■ **EXERCISE OBJECTIVE**
Restate word for word every line from the top of the data below down through the line that holds "v -11.469 -26.581 2.2".

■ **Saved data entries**

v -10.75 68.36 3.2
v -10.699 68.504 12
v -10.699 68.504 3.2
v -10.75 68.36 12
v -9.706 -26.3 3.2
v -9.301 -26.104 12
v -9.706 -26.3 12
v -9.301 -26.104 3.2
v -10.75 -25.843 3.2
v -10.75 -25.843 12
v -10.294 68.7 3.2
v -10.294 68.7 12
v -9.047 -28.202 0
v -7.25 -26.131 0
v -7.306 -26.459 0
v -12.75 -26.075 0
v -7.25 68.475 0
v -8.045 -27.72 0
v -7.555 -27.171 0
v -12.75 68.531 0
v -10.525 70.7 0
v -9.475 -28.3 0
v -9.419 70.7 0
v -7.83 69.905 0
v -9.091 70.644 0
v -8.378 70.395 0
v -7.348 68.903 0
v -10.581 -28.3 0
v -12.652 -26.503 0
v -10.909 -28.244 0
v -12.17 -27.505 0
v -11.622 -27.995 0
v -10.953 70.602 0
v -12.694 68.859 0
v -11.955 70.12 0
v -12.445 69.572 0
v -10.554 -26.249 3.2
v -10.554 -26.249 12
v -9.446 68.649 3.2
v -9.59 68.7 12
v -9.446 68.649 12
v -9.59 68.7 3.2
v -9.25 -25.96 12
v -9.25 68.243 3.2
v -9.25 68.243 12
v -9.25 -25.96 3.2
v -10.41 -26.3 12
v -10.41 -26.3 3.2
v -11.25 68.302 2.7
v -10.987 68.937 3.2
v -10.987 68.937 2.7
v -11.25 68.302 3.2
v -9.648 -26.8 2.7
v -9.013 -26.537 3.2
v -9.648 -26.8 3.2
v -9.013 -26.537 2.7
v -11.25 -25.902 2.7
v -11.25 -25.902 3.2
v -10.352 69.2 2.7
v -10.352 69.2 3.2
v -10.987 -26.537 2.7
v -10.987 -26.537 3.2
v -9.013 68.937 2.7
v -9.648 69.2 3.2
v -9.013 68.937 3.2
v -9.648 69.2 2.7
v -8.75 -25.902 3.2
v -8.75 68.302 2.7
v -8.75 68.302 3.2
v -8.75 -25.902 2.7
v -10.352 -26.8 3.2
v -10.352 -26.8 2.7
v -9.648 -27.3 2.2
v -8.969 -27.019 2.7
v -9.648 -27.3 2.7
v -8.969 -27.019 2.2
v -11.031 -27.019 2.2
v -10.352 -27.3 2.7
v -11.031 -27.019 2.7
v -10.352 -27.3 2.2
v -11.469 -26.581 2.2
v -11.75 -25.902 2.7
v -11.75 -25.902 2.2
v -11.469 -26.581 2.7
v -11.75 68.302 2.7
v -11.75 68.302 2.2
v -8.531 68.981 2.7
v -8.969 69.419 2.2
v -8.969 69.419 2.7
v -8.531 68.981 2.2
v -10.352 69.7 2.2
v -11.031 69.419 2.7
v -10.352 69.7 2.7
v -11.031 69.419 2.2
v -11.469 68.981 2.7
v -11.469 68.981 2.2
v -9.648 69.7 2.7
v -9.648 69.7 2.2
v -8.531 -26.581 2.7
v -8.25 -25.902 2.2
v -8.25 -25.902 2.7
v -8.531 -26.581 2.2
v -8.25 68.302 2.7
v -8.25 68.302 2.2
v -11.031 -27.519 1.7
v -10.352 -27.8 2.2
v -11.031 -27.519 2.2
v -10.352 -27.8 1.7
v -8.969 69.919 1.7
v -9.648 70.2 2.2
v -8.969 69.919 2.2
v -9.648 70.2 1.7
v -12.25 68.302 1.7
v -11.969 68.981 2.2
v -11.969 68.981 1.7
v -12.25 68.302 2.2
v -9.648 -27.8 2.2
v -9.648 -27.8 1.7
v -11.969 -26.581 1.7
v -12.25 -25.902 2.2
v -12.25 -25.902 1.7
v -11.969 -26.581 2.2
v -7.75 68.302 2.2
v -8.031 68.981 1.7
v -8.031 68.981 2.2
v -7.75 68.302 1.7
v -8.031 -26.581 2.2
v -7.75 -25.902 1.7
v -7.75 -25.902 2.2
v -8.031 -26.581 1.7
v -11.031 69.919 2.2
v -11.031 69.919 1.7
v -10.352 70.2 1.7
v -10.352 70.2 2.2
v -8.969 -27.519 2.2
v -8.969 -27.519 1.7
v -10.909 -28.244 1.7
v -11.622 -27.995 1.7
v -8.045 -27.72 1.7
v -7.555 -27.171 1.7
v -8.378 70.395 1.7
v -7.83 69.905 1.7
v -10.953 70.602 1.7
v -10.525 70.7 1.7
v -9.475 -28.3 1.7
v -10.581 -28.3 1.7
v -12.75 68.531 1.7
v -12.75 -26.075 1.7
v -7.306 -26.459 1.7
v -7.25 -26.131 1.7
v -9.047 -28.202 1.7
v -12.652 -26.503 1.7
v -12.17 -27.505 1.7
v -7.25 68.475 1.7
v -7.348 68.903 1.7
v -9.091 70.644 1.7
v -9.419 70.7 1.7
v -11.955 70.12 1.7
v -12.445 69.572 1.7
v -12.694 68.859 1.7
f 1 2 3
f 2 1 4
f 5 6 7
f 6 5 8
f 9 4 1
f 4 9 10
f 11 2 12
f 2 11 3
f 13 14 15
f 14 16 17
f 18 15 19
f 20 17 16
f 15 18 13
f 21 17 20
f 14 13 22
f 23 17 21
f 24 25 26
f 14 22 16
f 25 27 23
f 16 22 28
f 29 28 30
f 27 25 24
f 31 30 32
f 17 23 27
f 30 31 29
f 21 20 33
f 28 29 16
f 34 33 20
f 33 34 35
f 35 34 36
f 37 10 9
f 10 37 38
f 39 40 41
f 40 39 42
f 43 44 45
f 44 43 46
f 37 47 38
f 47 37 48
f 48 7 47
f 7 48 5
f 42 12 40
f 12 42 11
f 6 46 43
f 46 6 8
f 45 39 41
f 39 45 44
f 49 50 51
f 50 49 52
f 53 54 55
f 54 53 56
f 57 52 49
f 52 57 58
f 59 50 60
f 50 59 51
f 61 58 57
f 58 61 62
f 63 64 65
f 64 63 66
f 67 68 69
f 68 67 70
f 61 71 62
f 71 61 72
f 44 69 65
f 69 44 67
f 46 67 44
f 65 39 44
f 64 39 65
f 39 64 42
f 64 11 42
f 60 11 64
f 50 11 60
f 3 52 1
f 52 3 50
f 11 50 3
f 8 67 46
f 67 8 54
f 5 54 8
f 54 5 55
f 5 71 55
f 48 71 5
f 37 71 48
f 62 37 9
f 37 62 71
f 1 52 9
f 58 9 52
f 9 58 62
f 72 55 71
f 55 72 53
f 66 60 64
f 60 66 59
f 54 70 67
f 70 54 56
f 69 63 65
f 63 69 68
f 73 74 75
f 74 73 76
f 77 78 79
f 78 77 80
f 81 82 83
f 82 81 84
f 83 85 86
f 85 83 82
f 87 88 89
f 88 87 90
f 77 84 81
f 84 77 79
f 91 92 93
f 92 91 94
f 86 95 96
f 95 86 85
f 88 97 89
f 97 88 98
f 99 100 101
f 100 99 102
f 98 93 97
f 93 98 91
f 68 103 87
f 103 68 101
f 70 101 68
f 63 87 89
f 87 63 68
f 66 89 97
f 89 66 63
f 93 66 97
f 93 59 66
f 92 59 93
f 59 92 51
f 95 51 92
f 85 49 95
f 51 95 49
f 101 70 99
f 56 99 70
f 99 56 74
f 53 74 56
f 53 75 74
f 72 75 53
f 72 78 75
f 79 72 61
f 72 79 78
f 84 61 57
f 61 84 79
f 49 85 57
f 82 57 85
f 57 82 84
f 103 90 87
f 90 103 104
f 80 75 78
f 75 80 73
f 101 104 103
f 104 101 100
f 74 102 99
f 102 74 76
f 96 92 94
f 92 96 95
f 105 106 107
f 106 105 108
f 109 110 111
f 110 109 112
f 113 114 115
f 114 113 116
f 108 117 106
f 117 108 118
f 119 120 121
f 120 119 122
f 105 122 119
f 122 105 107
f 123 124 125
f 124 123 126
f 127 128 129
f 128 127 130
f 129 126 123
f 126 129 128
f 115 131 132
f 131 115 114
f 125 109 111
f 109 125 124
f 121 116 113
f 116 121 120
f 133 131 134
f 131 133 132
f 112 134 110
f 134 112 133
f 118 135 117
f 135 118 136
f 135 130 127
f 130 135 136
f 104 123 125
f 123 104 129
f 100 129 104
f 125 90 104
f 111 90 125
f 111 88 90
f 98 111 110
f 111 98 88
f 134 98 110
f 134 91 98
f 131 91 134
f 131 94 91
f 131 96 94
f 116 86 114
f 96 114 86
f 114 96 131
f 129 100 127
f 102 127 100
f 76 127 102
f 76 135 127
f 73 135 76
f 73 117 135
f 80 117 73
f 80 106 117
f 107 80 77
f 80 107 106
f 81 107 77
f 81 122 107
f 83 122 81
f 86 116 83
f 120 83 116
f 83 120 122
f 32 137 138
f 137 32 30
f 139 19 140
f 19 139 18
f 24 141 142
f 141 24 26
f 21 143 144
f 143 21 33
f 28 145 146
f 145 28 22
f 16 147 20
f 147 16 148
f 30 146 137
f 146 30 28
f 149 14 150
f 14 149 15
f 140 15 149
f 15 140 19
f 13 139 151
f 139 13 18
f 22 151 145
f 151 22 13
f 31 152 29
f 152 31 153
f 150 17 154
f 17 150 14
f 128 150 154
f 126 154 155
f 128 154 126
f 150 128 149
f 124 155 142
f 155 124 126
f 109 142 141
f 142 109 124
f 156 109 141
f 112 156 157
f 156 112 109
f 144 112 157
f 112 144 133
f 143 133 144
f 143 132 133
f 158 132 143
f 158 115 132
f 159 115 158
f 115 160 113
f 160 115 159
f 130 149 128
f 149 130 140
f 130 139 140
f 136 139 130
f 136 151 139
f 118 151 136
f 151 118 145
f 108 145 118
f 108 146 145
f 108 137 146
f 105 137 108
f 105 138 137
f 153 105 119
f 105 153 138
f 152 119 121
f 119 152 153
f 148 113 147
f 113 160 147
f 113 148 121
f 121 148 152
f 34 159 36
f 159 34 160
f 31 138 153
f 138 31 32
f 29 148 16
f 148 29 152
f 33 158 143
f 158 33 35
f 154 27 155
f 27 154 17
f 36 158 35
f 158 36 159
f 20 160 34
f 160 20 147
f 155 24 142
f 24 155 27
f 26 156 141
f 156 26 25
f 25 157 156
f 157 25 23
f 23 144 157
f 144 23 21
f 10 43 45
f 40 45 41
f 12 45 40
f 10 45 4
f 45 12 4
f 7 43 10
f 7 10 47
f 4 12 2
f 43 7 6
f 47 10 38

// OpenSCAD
/*
 One driverrack holds: 
   - One Arudino nano daughterboard
   - Two green UN178 brushless motor drivers
 
 (Formerly called "daughterboard", since it had a separate 
  serial connection to a single "motherboard".)
 
 
*/
dxf_name="driver_case_v2_xport.dxf";

// Load a DXF file layer
module dxf(layer_name,convexity=2) {
	s=1; // previously needed to be 90/96 to fix cursed Inkscape DPI switch
	scale([s,s,1])
	import(dxf_name,layer=layer_name,convexity=convexity);
}

floor=1.5;
outerwall=1.5;
outerwall_z=floor+25;

innerwalls=1.5;

circuit_low_z=floor+2.2; // base of UN178 board
circuit_high_z=circuit_low_z+13.3; // base of driver board



// Round inside corners of this outline
module round(fillet) {
	//offset(r=+fillet) offset(r=-fillet)
	offset(r=-fillet) offset(r=+fillet)
		children();
}

// Outer walls
module outline_2D(thickness=outerwall) {
	offset(r=+thickness)
	offset(r=-3) // <- prepared with 3mm wall in mind 
	dxf("outline");
}

// Sensor plug insertion area
module sensors_2D() {
    round=4;
	offset(r=-round) offset(r=+round) 
	offset(r=+round) offset(r=-round) 
    union() {
		//for (shift=[+3,-3]) translate([0,0.5*shift])
				dxf("sensors",convexity=4);
	}
}

// Inner electronics bays
module bays_2D(extra=0) {
	offset(r=1) dxf("circuit");
	//sensors_2D();
	
	// Stiffening rib for electronics
	//if (extra)
	//translate([-14.0,-20]) square([2,23]);
}

// Make grid of thin wires
module dice() {
	difference() {
		children();
		
		union() {
		translate([50,0,0])
		for (dx=[-100:5:+100]) 
		for (plusminus=[+1,-1])
			rotate([0,0,plusminus*45]) translate([dx,0,0]) square([1.0,200],center=true);
		}
	}
}

// Reinforcing along the top edge
module reinforcing_bar(fatten=0)
{    
    offset(r=fatten)
    translate([-10,21.2]) square([1.5,95],center=true);
}

// Add mounting points for M3 hold-down screws
module screw_mounts(height,r,fatten,reinforcing) {
	difference() {
		linear_extrude(height=height,convexity=4)
        round(2.0)
        {
			offset(r=r+fatten) dxf("circuitholes");
            
            // Reinforcing along top edge
            if (reinforcing) reinforcing_bar(fatten);
            
        }
	}
}

// Add "ears" for securing wires with zipties
ear_size=4.5;
module ear_mounts() {
	perimeter=ear_size;
	linear_extrude(height=circuit_low_z,convexity=8)
	difference() {
		offset(r=+perimeter)
			children();
		children();
	}
}

// 2D profile of velcro mounting slot, facing in +Y
velcro_sz=[4,18];
module velcro() {
	round=1.2;
	offset(r=+round) offset(r=-round)
		square(velcro_sz);
	
}


// Main frame, with no add-ons or holes
module frame_3D() {
	// Outer walls
	linear_extrude(height=outerwall_z,convexity=4) 
	difference() {
		outline_2D();
		offset(r=-outerwall) outline_2D();
	}
	
	// Floor
	linear_extrude(height=floor)
	difference() {
		outline_2D();
		//dice() //dxf("vent");
        
        // Big wide ventilation / lightening holes in floor
        round=12;
        offset(r=+round) offset(r=-round) // very rounded
        translate([38,18.5])
        difference() {
            square([70,124],center=true); 
            square([100,15],center=true); // center stripe
        }
	}
	
	// Mini walls around electronics bays
	linear_extrude(height=circuit_high_z-3,convexity=6)
	difference() {
		offset(r=+innerwalls) bays_2D(1);
		bays_2D(1);
	}
}

module whole_frame() {	
	difference() {
		union() {
			difference() {
				frame_3D();
				
			}
			
			// Tapered wall intersection
			intersection() {
				for (taper=[0:0.5:2])
				linear_extrude(height=circuit_low_z-taper)
				round(4)
				{
					offset(4.0+taper) // bosses around UN holes
						dxf("holes");
                    reinforcing_bar(taper); //<- merge into bosses around holes
					//offset(ear_size+taper)
					//	velcro_and_bolts_2D();
					difference() {
						square([1000,1000],center=true);
						outline_2D(-taper);
					}
				}
				linear_extrude(height=outerwall_z)
					outline_2D();
			}
			
			// Back side walls
			difference() {
				union() {
					mount=4.0; // wall around circuit board screw mounts
					screw_mounts(circuit_high_z,mount,0,0);
					screw_mounts(circuit_high_z-5,mount,0,1);
					for (taper=[0:0.5:2]) // stepped bevel to floor
                        screw_mounts(circuit_low_z-taper,mount,taper,1);
				}
				linear_extrude(height=outerwall_z)
				{
					offset(r=0.5) dxf("un178");
					bays_2D();
				}
			}
			
			
				
		}
		
		// Openings for electronics
		translate([0,0,circuit_low_z])
		linear_extrude(height=outerwall_z)
			dxf("insert");
		
		// Punch holes for mounting screws all the way through everything
		translate([0,0,-0.1])
			linear_extrude(height=2*circuit_high_z)
			union() {
				dxf("holes");
				dxf("circuitholes");
			}
		
				
		// Thru holes for bottom-insert stuff
		translate([0,0,-0.1])
		linear_extrude(height=outerwall_z+2)
		union() {
			sensors_2D();
			dxf("rj45");
		}
	}
}

whole_frame();



// Drop raw DXF on top of everything
// color([1,0,0]) translate([0,0,3]) import(dxf_name);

■ **SOLUTION TO THIS PROBLEM**
v -10.75 68.36 3.2
v -10.699 68.504 12
v -10.699 68.504 3.2
v -10.75 68.36 12
v -9.706 -26.3 3.2
v -9.301 -26.104 12
v -9.706 -26.3 12
v -9.301 -26.104 3.2
v -10.75 -25.843 3.2
v -10.75 -25.843 12
v -10.294 68.7 3.2
v -10.294 68.7 12
v -9.047 -28.202 0
v -7.25 -26.131 0
v -7.306 -26.459 0
v -12.75 -26.075 0
v -7.25 68.475 0
v -8.045 -27.72 0
v -7.555 -27.171 0
v -12.75 68.531 0
v -10.525 70.7 0
v -9.475 -28.3 0
v -9.419 70.7 0
v -7.83 69.905 0
v -9.091 70.644 0
v -8.378 70.395 0
v -7.348 68.903 0
v -10.581 -28.3 0
v -12.652 -26.503 0
v -10.909 -28.244 0
v -12.17 -27.505 0
v -11.622 -27.995 0
v -10.953 70.602 0
v -12.694 68.859 0
v -11.955 70.12 0
v -12.445 69.572 0
v -10.554 -26.249 3.2
v -10.554 -26.249 12
v -9.446 68.649 3.2
v -9.59 68.7 12
v -9.446 68.649 12
v -9.59 68.7 3.2
v -9.25 -25.96 12
v -9.25 68.243 3.2
v -9.25 68.243 12
v -9.25 -25.96 3.2
v -10.41 -26.3 12
v -10.41 -26.3 3.2
v -11.25 68.302 2.7
v -10.987 68.937 3.2
v -10.987 68.937 2.7
v -11.25 68.302 3.2
v -9.648 -26.8 2.7
v -9.013 -26.537 3.2
v -9.648 -26.8 3.2
v -9.013 -26.537 2.7
v -11.25 -25.902 2.7
v -11.25 -25.902 3.2
v -10.352 69.2 2.7
v -10.352 69.2 3.2
v -10.987 -26.537 2.7
v -10.987 -26.537 3.2
v -9.013 68.937 2.7
v -9.648 69.2 3.2
v -9.013 68.937 3.2
v -9.648 69.2 2.7
v -8.75 -25.902 3.2
v -8.75 68.302 2.7
v -8.75 68.302 3.2
v -8.75 -25.902 2.7
v -10.352 -26.8 3.2
v -10.352 -26.8 2.7
v -9.648 -27.3 2.2
v -8.969 -27.019 2.7
v -9.648 -27.3 2.7
v -8.969 -27.019 2.2
v -11.031 -27.019 2.2
v -10.352 -27.3 2.7
v -11.031 -27.019 2.7
v -10.352 -27.3 2.2
v -11.469 -26.581 2.2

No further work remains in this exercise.